Publish ready Zenodo drafts to make them publicly accessible.

Usage:

hdp publish {--all | --record-ids ID [ID...]} --hdpc <PROJECT_FILE> [OPTIONS]

Required Arguments (Mutually Exclusive):

Argument	Description
`--all`	Publish ALL ready drafts (all files uploaded)
`--record-ids ID [ID...]`	Space-separated list of specific local record database IDs to publish

Other Required:

Argument	Description
`--hdpc PATH`	Path to your `.hdpc` project file

Environment Selection:

Argument	Description
`--sandbox`	Target Sandbox environment (default)
`--production`	Target Production environment

Examples:

Publish all ready drafts:

hdp publish --all --hdpc myproject.hdpc --sandbox

Publish specific records:

hdp publish --record-ids 45 67 89 --hdpc myproject.hdpc

Publish to production:

hdp publish --all --hdpc myproject.hdpc --production

Safety Features: - Prompts for confirmation before publishing - Only publishes drafts with all files successfully uploaded - Provides detailed success/failure report for each record

create¶

Initialize a new HDPC project with automatic file scanning and configuration.

Usage:

hdp create --hdpc-path <PATH> --project-name <NAME> --short-code <CODE> \
  --modality <TYPE> --input-dir <DIR> --output-dir <DIR> [OPTIONS]

Required Arguments:

Argument	Description
`--hdpc-path PATH`	Path where the `.hdpc` project file will be created
`--project-name NAME`	Descriptive name for the project
`--short-code CODE`	Short unique code for the project (e.g., `MyProject2025`)
`--modality TYPE`	Primary data modality (see choices below)
`--input-dir PATH`	Directory containing source data files to scan
`--output-dir PATH`	Directory where processed outputs will be stored

Modality Choices: - 3D Model - Image / Photography - Audio - Video - Text / Document

File Scanning Options:

Argument	Description
`--extensions EXT [EXT...]`	File extensions to scan (e.g., `.obj .mtl .png`).
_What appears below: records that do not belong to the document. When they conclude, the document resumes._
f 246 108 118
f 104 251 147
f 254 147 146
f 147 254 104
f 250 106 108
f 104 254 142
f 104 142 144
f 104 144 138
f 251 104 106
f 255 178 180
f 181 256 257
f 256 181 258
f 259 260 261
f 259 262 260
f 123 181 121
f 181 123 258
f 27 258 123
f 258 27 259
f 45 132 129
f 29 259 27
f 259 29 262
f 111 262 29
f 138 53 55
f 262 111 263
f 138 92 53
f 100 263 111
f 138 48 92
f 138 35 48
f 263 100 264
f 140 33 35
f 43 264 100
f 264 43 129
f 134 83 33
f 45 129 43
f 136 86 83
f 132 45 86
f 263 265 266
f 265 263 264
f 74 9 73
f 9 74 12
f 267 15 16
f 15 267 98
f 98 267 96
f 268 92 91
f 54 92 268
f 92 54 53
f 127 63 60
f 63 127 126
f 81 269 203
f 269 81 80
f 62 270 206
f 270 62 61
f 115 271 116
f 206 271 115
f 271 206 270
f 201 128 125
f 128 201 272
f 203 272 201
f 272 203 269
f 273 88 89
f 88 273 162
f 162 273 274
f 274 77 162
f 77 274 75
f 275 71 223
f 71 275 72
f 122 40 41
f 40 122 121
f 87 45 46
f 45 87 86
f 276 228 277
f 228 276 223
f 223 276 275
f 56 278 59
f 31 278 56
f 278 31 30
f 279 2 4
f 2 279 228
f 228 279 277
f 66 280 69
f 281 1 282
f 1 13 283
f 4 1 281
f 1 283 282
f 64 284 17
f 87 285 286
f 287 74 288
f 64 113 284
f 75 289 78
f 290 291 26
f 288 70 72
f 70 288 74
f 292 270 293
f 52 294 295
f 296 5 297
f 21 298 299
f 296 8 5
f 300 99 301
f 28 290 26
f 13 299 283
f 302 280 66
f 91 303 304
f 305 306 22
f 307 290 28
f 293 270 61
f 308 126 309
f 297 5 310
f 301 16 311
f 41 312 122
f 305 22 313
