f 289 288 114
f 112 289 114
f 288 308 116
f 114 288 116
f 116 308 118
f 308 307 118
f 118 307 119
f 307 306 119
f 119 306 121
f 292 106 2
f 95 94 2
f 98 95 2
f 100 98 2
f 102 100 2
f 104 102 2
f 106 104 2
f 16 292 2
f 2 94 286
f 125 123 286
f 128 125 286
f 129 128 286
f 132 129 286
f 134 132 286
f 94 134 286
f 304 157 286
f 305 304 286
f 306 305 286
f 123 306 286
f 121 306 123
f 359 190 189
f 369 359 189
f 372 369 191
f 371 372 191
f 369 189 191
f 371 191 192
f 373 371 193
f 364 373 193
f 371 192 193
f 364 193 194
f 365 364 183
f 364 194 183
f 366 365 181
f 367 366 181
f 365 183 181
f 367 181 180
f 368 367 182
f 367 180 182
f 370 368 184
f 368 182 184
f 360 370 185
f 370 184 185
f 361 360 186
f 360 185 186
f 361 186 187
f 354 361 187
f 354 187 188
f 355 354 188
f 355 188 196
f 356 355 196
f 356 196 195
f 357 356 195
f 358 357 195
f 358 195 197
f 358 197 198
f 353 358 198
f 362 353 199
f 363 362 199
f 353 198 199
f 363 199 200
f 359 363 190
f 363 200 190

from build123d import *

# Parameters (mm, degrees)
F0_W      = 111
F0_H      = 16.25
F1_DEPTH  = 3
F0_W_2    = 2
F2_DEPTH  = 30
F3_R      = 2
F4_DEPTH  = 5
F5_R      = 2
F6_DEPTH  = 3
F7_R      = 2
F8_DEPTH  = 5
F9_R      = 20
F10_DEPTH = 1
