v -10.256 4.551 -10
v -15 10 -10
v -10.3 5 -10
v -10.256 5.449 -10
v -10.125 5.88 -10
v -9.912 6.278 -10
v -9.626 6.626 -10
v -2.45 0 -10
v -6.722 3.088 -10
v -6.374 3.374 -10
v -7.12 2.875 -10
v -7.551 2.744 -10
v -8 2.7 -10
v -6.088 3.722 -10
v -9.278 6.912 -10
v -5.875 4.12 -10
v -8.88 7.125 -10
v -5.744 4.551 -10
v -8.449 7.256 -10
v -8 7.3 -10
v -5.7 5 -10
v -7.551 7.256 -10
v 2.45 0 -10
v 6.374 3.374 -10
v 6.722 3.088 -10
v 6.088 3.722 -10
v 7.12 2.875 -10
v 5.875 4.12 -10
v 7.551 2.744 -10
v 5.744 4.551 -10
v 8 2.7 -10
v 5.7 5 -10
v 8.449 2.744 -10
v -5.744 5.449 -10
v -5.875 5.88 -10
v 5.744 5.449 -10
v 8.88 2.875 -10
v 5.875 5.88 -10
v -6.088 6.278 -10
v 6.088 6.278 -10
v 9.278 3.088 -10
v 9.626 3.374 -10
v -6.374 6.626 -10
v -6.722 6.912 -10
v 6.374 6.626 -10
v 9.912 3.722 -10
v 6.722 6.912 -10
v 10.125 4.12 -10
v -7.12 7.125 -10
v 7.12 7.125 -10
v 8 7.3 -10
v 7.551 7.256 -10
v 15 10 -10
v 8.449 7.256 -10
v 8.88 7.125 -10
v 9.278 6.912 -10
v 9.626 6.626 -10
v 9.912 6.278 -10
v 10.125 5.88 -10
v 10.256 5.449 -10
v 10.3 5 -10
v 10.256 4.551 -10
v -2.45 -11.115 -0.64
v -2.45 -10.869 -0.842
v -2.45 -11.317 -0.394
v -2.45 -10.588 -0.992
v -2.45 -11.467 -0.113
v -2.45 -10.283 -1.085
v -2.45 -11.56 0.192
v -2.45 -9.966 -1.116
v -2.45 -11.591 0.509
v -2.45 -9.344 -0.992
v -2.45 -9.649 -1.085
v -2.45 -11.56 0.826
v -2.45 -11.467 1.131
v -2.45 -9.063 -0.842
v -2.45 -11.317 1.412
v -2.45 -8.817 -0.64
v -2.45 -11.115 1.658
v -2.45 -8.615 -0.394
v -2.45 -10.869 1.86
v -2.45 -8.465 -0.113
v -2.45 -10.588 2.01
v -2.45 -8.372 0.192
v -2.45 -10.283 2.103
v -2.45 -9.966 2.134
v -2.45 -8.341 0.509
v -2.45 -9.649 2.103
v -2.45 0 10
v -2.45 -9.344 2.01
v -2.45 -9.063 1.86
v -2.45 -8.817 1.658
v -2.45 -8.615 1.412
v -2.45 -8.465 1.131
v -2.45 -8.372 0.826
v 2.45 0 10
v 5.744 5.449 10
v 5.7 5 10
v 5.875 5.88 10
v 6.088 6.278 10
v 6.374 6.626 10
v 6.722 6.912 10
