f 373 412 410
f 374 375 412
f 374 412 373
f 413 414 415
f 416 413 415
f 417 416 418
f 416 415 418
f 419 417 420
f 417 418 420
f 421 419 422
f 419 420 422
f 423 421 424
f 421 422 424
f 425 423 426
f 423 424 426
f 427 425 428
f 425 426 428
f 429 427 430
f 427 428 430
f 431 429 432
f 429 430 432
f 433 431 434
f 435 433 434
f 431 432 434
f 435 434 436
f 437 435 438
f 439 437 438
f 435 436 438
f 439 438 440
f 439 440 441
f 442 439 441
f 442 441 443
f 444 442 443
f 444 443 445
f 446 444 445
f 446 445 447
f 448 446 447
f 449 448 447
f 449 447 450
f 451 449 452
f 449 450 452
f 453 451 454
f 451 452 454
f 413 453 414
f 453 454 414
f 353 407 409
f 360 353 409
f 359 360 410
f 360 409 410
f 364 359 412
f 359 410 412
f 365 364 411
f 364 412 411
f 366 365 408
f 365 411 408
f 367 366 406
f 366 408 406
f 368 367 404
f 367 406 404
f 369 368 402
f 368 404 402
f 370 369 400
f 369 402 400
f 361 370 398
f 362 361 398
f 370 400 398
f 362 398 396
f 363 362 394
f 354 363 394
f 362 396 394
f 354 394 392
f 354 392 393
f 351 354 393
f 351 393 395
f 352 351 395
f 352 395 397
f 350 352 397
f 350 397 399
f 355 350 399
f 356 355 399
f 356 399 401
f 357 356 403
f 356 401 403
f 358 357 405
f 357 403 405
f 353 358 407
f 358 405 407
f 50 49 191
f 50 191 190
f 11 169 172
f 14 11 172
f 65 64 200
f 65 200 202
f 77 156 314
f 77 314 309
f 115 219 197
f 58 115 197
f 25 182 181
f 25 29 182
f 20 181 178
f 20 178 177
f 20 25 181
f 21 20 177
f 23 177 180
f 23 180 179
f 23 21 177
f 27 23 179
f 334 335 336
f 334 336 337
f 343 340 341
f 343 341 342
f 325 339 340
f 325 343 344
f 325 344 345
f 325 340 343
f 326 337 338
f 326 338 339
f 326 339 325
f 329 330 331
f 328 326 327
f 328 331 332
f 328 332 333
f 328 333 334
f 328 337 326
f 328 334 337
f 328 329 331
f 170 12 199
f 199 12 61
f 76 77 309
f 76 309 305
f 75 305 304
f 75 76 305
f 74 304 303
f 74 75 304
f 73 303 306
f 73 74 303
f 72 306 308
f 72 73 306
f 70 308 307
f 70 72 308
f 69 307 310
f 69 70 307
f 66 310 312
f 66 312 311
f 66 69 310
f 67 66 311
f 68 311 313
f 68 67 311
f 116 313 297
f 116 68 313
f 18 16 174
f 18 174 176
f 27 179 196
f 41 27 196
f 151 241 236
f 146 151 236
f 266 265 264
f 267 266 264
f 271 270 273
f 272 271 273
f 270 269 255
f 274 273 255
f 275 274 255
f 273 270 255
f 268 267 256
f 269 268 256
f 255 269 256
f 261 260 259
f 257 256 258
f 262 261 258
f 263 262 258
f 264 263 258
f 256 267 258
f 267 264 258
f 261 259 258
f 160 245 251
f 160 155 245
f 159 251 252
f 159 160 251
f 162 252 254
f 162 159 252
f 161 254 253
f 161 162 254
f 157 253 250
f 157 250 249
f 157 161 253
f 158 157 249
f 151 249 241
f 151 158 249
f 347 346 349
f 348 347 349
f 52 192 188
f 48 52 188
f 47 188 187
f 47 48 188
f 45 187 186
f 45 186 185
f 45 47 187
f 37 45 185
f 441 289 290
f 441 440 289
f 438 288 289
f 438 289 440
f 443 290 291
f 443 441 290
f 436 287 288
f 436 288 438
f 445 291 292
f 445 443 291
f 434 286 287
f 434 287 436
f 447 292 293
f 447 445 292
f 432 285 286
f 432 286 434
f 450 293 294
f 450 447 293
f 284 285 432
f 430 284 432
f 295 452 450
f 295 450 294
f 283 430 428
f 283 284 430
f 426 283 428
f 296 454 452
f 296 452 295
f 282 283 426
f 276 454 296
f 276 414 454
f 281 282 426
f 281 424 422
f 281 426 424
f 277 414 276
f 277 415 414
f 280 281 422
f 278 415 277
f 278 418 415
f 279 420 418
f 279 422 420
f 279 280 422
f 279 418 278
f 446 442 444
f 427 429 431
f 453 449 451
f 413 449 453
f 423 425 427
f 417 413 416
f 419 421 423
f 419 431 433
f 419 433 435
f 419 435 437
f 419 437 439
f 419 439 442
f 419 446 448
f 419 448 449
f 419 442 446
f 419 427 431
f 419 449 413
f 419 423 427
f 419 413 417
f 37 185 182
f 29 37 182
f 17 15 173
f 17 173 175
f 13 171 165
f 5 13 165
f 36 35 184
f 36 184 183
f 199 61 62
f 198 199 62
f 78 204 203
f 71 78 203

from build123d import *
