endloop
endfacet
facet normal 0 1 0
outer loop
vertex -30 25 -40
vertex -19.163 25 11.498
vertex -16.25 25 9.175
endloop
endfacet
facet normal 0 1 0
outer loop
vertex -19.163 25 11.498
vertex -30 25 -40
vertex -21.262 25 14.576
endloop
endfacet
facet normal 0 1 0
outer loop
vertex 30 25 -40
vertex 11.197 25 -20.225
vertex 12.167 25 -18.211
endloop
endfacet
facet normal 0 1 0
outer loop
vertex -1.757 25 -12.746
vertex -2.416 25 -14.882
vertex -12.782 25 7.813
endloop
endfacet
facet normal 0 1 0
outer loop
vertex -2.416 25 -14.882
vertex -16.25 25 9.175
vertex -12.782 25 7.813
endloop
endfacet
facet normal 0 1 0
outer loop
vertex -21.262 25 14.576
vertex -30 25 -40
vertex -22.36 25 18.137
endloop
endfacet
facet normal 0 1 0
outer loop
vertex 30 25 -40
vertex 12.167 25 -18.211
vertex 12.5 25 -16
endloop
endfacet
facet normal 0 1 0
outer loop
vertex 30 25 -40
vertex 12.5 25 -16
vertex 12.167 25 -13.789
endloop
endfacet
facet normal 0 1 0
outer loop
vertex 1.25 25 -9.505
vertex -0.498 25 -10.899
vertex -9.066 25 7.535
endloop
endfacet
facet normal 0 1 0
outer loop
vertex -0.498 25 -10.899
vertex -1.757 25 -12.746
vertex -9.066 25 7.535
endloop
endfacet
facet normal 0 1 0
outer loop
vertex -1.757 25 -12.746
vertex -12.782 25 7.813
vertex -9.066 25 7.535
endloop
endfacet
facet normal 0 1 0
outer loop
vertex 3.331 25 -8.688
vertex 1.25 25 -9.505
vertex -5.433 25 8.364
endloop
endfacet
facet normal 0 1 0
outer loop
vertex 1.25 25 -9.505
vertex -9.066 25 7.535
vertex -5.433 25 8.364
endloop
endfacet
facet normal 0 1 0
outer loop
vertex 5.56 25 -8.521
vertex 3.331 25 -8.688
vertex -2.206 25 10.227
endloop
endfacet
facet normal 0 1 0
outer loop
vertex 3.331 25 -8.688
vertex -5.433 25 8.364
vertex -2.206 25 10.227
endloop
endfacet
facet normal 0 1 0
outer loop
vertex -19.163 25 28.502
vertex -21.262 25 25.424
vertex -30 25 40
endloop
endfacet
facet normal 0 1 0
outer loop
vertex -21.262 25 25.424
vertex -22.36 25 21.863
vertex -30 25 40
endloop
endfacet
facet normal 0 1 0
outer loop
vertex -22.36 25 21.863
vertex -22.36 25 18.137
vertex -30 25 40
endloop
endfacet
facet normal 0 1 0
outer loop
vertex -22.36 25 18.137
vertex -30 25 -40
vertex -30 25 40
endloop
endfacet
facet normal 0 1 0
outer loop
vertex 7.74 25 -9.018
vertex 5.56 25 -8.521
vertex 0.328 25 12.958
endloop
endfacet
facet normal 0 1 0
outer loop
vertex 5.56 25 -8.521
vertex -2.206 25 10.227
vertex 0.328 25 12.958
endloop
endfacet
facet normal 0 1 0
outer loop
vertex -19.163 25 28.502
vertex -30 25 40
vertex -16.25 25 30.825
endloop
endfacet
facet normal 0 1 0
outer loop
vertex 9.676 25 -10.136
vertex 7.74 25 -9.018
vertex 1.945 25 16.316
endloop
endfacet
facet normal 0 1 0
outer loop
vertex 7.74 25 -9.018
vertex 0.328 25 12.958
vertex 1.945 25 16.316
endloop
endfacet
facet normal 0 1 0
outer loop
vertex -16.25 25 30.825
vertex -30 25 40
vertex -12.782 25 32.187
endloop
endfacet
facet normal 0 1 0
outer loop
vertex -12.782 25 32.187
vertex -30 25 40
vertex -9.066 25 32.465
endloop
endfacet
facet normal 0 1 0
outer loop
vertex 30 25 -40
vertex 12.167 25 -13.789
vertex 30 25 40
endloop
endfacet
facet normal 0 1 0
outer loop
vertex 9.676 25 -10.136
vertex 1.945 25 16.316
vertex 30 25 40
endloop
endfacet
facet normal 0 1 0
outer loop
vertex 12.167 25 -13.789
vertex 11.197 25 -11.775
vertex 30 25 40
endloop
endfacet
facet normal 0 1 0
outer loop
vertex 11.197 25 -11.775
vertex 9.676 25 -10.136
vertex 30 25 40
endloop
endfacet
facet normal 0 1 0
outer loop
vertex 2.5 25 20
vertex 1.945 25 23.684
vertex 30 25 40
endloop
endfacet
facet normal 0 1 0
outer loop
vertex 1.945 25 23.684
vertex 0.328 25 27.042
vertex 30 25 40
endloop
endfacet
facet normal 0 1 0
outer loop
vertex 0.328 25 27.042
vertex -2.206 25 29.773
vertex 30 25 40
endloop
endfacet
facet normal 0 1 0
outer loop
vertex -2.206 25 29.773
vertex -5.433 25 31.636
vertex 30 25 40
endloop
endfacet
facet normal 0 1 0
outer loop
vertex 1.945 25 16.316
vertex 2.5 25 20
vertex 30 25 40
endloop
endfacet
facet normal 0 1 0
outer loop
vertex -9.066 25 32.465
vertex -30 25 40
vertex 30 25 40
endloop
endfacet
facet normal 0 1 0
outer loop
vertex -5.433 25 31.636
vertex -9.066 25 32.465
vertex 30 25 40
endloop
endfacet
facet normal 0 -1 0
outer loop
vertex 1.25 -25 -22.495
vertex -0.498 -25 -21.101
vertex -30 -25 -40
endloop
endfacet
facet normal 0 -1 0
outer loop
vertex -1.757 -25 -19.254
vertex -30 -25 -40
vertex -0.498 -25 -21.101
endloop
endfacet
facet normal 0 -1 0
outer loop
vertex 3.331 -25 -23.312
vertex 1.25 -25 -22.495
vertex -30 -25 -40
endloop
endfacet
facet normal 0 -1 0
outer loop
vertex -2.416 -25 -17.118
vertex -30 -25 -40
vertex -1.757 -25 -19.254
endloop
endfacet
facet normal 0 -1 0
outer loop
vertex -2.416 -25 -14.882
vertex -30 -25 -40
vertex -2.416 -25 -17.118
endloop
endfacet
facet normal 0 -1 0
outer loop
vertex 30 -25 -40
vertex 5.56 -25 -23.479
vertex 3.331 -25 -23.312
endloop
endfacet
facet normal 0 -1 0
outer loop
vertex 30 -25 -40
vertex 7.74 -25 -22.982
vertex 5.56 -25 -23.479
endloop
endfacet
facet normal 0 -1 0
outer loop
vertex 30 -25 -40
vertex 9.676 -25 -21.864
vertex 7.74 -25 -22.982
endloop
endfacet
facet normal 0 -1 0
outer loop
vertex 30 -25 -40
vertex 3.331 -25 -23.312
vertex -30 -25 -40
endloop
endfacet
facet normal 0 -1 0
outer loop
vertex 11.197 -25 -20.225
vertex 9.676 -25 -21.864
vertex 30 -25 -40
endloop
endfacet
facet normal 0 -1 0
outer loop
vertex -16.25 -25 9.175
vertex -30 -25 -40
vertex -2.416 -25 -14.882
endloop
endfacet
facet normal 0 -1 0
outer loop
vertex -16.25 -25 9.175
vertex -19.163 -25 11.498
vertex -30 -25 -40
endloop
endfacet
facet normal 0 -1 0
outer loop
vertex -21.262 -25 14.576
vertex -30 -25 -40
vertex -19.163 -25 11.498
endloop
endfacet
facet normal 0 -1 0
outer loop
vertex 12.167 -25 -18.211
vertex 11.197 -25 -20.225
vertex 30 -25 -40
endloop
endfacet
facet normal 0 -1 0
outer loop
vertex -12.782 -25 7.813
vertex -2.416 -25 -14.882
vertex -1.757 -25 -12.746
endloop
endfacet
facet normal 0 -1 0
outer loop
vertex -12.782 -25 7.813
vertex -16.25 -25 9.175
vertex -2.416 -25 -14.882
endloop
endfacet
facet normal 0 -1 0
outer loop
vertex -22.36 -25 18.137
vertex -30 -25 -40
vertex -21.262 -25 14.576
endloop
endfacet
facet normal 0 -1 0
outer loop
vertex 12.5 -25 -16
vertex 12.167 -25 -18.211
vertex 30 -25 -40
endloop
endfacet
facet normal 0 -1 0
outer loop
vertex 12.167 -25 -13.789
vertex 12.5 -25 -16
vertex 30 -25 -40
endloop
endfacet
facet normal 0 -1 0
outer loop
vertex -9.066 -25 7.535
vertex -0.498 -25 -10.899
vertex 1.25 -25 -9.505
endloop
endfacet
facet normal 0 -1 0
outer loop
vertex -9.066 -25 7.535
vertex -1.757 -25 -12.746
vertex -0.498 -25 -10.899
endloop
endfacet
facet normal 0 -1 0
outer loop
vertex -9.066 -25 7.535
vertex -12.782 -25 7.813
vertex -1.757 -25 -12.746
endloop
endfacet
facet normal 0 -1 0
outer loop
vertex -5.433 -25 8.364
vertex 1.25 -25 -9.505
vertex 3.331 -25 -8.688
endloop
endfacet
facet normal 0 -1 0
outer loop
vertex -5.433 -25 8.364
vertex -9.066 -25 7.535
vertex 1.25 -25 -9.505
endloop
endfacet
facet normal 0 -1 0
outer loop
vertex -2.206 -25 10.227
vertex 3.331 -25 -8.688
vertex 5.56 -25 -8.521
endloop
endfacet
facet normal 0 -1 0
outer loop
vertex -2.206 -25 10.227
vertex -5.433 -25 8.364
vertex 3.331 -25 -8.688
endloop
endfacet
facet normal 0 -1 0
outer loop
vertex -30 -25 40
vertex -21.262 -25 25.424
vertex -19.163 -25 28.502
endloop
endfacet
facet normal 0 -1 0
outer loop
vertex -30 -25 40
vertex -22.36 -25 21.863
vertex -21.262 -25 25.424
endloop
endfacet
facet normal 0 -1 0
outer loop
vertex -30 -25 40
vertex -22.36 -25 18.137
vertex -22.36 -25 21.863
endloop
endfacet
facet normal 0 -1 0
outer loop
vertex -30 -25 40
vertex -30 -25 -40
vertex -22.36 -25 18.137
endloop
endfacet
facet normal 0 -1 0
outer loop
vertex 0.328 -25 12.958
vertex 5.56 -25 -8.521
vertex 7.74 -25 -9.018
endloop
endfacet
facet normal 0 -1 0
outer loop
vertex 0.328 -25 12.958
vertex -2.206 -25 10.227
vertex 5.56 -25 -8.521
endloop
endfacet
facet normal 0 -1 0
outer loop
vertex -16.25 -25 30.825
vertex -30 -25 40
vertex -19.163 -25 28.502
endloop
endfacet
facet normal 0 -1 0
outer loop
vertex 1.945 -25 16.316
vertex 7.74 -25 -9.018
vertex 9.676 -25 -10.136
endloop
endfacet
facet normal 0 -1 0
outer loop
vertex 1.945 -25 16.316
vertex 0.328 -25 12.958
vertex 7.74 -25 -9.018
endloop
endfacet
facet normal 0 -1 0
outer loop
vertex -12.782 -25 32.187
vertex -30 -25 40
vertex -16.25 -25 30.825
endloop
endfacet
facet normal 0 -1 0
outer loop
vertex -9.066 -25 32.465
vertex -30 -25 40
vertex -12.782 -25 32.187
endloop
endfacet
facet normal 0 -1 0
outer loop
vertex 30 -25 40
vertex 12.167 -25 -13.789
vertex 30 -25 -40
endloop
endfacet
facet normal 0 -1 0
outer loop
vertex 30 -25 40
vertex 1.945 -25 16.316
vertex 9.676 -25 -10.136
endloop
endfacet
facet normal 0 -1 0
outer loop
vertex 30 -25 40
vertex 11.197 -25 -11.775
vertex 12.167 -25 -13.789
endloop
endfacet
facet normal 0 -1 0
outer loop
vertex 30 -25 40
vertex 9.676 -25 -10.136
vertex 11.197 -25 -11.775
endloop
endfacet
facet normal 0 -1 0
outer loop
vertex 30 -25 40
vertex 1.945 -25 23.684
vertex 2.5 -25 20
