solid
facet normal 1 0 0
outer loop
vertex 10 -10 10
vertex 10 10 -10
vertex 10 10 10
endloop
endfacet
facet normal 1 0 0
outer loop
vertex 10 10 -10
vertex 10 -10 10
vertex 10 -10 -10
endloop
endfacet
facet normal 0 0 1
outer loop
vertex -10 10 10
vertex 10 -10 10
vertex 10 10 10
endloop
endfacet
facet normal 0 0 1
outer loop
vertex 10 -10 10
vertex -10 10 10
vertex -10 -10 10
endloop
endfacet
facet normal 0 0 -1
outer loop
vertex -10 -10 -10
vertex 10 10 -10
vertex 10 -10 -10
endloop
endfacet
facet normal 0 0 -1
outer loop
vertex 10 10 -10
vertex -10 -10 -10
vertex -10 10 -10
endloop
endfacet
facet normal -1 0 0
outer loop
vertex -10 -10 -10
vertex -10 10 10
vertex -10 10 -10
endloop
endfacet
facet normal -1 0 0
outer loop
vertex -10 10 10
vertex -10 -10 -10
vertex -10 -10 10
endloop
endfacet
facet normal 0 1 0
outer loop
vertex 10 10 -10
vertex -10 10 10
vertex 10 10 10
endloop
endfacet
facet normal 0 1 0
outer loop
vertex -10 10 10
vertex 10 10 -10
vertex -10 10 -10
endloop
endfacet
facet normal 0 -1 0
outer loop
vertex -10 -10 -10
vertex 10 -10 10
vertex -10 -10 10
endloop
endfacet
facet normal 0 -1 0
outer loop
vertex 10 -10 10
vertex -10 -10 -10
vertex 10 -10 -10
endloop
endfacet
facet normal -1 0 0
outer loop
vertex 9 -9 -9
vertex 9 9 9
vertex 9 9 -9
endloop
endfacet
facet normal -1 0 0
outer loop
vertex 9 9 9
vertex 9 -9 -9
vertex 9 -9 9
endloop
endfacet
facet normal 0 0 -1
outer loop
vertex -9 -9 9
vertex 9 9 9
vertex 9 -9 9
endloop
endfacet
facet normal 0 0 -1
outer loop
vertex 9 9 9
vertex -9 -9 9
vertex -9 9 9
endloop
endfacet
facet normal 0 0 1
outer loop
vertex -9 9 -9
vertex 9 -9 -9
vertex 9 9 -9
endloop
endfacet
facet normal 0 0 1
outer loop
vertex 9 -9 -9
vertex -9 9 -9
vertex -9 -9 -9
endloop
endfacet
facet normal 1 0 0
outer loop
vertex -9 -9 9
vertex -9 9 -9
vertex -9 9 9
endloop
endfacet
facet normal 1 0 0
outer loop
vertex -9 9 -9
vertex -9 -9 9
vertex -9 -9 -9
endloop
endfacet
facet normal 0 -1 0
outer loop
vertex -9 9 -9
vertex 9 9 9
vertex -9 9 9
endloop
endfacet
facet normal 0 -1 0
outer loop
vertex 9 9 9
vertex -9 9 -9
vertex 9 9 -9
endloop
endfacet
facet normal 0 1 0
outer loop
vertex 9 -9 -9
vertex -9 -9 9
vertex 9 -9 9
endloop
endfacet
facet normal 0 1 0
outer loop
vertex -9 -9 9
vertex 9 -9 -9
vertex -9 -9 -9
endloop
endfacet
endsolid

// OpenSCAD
//This is my first attempt at designing something in OpenSCAD and is made to replace the FreeCAD export that I had, because it was difficult to modify. 
//Designed by Kyle Randall
//////////////////////////////////////////////////
//Edit the parameters below to modify the outer dimensions of your hollow calibration cube; it will still remain hollow, but you can adjust the wall thickness.

X=20.0;//this is X-axis length (left-right)
Y=20.0;//this is the Y-axis (forward-back)
Z=20.0;// this is the Z-axis (up-down)
Wall_Thickness=1.0;//wall thickness in mm
//don't edit the code below unless you know what you're doing

module thing1()
{
	difference(){
		cube([X,Y,Z], center = true);
			cube(X-Wall_Thickness*2,Y-Wall_Thickness*2,Z-Z_Wall_Thickness*2,center=true);//the size of the inner cube
	
	}
}
thing1();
If omitted, uses modality defaults
`--primary-ext EXT`	Primary source file extension (e.g., `.obj` for 3D models)
`--batch-entity MODE`	File grouping mode: `root`, `subdirectory`, or `hybrid` (default: `root`)

Bundling Options:

Argument	Description
`--enable-bundling`	Enable automatic file bundling (default: enabled)
`--no-bundling`	Disable automatic file bundling
`--bundling-strategy TYPE`	Strategy: `smart` (recommended), `strict`, or `loose` (default: `smart`)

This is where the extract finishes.